For seasonal businesses like Cheerleading gyms, the season may be shorter than a full calendar year. The result? Months where no registrations are taken and revenue is consequentially lower than average or next to nothing. This can pose a serious issue for small business owners that still need to cover costs during these periods. We caught up with Cj Pugh from Power Cheer Toronto (PCT) who shared some tips on how to run a successful Cheer gym, especially surviving the infamous, not-so-funny “Moneyless May”.
As the owner and director of PCT Cj has grown his business to serve over 600 families and 480 competitive athletes. While he’s a savvy businessman, he stayed true to his mission to teach life lessons through the sport of cheerleading, committed to building its athletes’ confidence, self-esteem and work ethic.
Moneyless May- It's a Cheer thing CJ Pugh, PCT Owner
What is Moneyless May?
It’s a cheer thing, Cj explains. The technical cheer season starts with enrollments in late May and local competitions end early April and Worlds (The Cheerleading and Dance World Championship) ends at the end of April. This phenomenon could be applicable to other seasonal businesses, but in the Cheer industry it’s so infamous that we gave it a name.
What effect can Moneyless May have on a Cheer gym?
Technically you have the month of May where nothing is happening. Some Cheer gyms only charge membership for 11 months. This is very dangerous. There’s the obvious downside that you’re missing out on revenue. Some gyms don’t pay their staff for that month, but they still have fixed costs to cover. Not to mention employee satisfaction is affected. To us it felt like we would be letting our staff down. In addition, it could affect customer retention. Since the season is over, athletes and their parents might choose to look at the offering of other gyms. Removing a client from a financial commitment, at a time where they are most likely to shop around is crazy, Cj adds.
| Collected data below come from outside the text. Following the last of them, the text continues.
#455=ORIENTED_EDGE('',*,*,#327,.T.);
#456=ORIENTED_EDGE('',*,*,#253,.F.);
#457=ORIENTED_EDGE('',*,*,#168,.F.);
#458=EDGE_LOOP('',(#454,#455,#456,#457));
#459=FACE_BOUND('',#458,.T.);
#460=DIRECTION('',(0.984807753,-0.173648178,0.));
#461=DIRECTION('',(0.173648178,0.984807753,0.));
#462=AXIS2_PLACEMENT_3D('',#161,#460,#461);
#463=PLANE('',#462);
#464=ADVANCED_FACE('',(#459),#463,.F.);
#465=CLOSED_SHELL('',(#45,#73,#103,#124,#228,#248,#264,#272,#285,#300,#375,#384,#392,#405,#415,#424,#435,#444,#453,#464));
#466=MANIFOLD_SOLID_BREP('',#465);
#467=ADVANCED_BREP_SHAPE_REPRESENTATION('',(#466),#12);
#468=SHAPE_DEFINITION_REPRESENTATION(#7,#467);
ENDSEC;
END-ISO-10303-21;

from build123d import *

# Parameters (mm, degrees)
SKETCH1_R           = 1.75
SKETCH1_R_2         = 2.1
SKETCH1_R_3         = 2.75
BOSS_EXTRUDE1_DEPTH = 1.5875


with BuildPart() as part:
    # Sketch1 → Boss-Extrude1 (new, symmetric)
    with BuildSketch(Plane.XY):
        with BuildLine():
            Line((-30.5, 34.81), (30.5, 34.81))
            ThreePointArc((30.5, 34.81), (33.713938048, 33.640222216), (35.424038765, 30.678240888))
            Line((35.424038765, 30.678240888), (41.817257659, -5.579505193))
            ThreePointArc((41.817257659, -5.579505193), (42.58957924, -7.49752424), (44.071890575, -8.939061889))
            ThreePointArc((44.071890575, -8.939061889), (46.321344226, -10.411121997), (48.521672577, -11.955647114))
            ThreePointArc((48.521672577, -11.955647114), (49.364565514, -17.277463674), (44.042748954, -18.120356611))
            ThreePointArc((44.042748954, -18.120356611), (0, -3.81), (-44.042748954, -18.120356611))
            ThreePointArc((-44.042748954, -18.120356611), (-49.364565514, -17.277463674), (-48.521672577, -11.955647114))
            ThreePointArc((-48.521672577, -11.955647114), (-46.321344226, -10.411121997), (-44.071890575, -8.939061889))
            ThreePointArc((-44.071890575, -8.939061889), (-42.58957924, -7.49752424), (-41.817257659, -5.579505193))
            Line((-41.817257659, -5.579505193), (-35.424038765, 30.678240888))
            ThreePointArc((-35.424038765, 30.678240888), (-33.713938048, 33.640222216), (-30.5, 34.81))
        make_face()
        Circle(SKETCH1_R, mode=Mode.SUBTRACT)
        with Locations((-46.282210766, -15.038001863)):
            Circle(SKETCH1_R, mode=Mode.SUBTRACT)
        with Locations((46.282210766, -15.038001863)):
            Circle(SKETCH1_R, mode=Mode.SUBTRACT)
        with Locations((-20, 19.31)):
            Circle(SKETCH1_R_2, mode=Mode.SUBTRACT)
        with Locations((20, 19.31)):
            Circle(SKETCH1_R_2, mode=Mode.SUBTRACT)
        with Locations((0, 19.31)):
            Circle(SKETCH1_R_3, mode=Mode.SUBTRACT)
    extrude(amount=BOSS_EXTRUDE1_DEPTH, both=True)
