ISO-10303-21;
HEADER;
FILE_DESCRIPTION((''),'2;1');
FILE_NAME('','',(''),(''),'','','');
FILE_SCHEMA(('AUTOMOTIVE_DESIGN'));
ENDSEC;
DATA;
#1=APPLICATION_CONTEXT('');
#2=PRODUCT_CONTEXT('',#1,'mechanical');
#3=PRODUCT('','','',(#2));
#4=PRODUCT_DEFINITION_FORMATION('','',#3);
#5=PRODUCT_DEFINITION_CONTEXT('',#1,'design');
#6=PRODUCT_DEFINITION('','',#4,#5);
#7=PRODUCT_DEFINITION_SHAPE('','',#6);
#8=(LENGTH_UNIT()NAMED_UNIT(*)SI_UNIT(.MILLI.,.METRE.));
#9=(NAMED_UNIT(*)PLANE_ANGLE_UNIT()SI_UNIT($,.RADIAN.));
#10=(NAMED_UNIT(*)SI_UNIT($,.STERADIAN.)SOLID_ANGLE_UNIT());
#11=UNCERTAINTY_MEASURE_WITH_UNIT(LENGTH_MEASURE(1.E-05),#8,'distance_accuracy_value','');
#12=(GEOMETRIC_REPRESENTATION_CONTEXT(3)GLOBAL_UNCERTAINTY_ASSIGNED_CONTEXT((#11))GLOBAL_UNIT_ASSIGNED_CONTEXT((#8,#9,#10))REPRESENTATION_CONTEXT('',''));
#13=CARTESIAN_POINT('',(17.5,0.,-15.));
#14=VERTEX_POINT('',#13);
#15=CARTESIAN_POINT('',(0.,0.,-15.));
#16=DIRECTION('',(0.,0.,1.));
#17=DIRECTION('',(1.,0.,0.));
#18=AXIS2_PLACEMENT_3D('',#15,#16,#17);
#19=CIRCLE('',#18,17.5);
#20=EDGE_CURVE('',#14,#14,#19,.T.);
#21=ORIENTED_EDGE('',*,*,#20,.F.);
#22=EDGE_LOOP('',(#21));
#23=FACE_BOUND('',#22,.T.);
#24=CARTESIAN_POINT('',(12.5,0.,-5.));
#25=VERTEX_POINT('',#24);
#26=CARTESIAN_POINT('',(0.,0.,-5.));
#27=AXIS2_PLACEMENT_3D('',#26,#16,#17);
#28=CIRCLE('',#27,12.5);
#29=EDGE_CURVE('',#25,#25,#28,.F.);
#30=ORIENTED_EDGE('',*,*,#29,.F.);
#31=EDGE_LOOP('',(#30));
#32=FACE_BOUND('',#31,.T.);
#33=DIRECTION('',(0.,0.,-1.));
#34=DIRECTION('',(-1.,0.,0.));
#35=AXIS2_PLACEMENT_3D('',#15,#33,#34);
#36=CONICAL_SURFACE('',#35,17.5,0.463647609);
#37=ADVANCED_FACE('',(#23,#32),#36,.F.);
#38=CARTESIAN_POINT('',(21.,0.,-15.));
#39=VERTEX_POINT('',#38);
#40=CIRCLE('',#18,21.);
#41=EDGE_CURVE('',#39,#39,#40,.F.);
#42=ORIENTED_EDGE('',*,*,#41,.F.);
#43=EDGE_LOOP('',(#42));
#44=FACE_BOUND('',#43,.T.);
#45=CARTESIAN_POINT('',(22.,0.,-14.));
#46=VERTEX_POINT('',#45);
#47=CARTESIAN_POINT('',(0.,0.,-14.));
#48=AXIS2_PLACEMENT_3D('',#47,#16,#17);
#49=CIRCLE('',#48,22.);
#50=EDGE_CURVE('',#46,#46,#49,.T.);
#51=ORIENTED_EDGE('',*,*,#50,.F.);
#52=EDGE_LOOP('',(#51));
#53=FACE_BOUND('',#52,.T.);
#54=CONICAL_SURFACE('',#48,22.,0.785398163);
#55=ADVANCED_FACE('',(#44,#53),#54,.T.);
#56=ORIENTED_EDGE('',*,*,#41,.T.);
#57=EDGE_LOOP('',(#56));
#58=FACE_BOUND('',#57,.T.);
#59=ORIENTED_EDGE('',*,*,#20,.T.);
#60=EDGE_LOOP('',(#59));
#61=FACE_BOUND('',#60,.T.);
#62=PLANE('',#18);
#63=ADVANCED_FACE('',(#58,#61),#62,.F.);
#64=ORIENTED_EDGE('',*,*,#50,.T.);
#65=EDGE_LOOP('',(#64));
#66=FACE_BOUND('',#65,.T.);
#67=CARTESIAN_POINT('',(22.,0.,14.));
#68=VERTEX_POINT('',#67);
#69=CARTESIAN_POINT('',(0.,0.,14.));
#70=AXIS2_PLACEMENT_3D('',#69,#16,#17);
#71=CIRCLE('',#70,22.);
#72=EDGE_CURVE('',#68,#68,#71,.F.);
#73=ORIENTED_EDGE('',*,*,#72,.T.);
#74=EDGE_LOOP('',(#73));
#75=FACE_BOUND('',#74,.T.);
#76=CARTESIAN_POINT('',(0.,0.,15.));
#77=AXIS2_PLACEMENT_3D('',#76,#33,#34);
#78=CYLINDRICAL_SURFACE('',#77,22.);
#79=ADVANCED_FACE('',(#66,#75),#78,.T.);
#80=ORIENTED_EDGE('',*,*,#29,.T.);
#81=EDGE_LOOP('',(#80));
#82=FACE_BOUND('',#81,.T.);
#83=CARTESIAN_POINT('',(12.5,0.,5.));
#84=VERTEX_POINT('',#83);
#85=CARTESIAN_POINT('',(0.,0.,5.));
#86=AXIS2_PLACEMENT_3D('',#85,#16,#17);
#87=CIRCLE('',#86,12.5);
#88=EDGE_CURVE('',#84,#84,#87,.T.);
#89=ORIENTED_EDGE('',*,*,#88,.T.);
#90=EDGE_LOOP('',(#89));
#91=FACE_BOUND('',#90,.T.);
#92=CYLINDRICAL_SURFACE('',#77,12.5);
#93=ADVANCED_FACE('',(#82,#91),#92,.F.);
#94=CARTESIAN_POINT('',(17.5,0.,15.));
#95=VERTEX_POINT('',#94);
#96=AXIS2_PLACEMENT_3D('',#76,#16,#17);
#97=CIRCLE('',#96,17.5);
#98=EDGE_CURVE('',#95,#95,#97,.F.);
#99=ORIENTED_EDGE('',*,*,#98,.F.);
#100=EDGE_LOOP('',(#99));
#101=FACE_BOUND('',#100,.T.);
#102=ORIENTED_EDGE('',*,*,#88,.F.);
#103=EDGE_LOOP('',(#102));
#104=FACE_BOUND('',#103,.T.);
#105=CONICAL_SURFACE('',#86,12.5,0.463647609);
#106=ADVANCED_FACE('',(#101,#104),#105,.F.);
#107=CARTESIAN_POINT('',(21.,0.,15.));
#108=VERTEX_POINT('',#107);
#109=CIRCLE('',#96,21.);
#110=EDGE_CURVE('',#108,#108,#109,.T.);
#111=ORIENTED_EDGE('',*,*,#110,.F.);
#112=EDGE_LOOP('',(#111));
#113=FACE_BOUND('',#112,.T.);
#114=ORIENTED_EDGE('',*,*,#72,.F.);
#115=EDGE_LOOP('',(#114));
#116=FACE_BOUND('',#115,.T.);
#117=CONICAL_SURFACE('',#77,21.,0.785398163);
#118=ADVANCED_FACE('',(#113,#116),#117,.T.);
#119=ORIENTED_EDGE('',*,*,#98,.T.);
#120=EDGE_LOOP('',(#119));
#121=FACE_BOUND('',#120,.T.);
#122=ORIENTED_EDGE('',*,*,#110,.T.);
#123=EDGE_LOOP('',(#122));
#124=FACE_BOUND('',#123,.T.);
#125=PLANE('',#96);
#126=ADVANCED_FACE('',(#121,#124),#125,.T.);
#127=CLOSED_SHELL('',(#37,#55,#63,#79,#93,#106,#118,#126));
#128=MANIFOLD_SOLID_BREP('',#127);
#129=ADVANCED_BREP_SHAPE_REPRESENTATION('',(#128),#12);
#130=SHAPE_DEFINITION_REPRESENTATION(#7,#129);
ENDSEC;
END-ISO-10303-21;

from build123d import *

# Parameters (mm, degrees)
SKETCH1_R           = 22
SKETCH1_R_2         = 12.5
BOSS_EXTRUDE1_DEPTH = 15
CHAMFER1_SIZE       = 1
CHAMFER2_SIZE       = 5
CHAMFER2_SIZE2      = 10
CHAMFER3_SIZE       = 10
CHAMFER3_SIZE2      = 5


with BuildPart() as part:
    # Sketch1 → Boss-Extrude1 (new, symmetric)
    with BuildSketch(Plane.XY):
        Circle(SKETCH1_R)
        Circle(SKETCH1_R_2, mode=Mode.SUBTRACT)
    extrude(amount=BOSS_EXTRUDE1_DEPTH, both=True)

    # Chamfer1
    chamfer1_edges = [part.edges().sort_by_distance(p)[0] for p in [
        (-22, 0, -15),
        (-22, 0, 15),
    ]]
    chamfer(chamfer1_edges, length=CHAMFER1_SIZE)

    # Chamfer2
    chamfer2_edges = [part.edges().sort_by_distance(p)[0] for p in [
        (-12.5, 0, 15),
    ]]
    chamfer2_side = [part.faces().sort_by_distance(p)[0] for p in [
        (-20.406030304, 0, 15),
    ]]
    chamfer(chamfer2_edges, length=CHAMFER2_SIZE, length2=CHAMFER2_SIZE2, reference=chamfer2_side[0])

    # Chamfer3
    chamfer3_edges = [part.edges().sort_by_distance(p)[0] for p in [
        (-12.5, 0, -15),
    ]]
    chamfer3_side = [part.faces().sort_by_distance(p)[0] for p in [
        (-12.5, 0, -5),
    ]]
    chamfer(chamfer3_edges, length=CHAMFER3_SIZE, length2=CHAMFER3_SIZE2, reference=chamfer3_side[0])


solid = part.part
Removing a client from a financial commitment, at a time where they are most likely to shop around is crazy. CJ Pugh, PCT Owner
How do you get around it at PCT?
At PCT we charge membership for 12 months, since charging for 11 months seemed strange despite being common practice. Financials aside, we feel that our athletes benefit from the spring training we offer in the period of time others call “Moneyless May”. During this time, they practice and keep up their skills up to stay ahead of the curve before the next season begins.
Any advice for businesses that can’t charge for 12 months?
Even for organizations that can’t drastically change their business model, there are options. You could run drop-in sessions like skill clinics, classes and private lessons. It’s additional risk until you ramp up the practice, but some heavy promoting can help inform your customers. To further close the gap, you could run an early registration period starting in April. At PCT we found that incentivizing early-birds works very well with either discounts or early access to classes.
Calling it Moneyless May is just bad business in my opinion. CJ Pugh, PCT Owner
Any further advice for those affected by Moneyless May?
Calling it Moneyless May is just bad business in my opinion. Cheer is an industry of passion, but that doesn’t mean we should be neglecting the business side of operations. With some creativity and business know-how the issue of Moneyless May can be avoided. Owners should take charge and stay away from following technical seasons, industry traditions or common practice. Shape your business practices around the needs of your customers, employees and the overall business.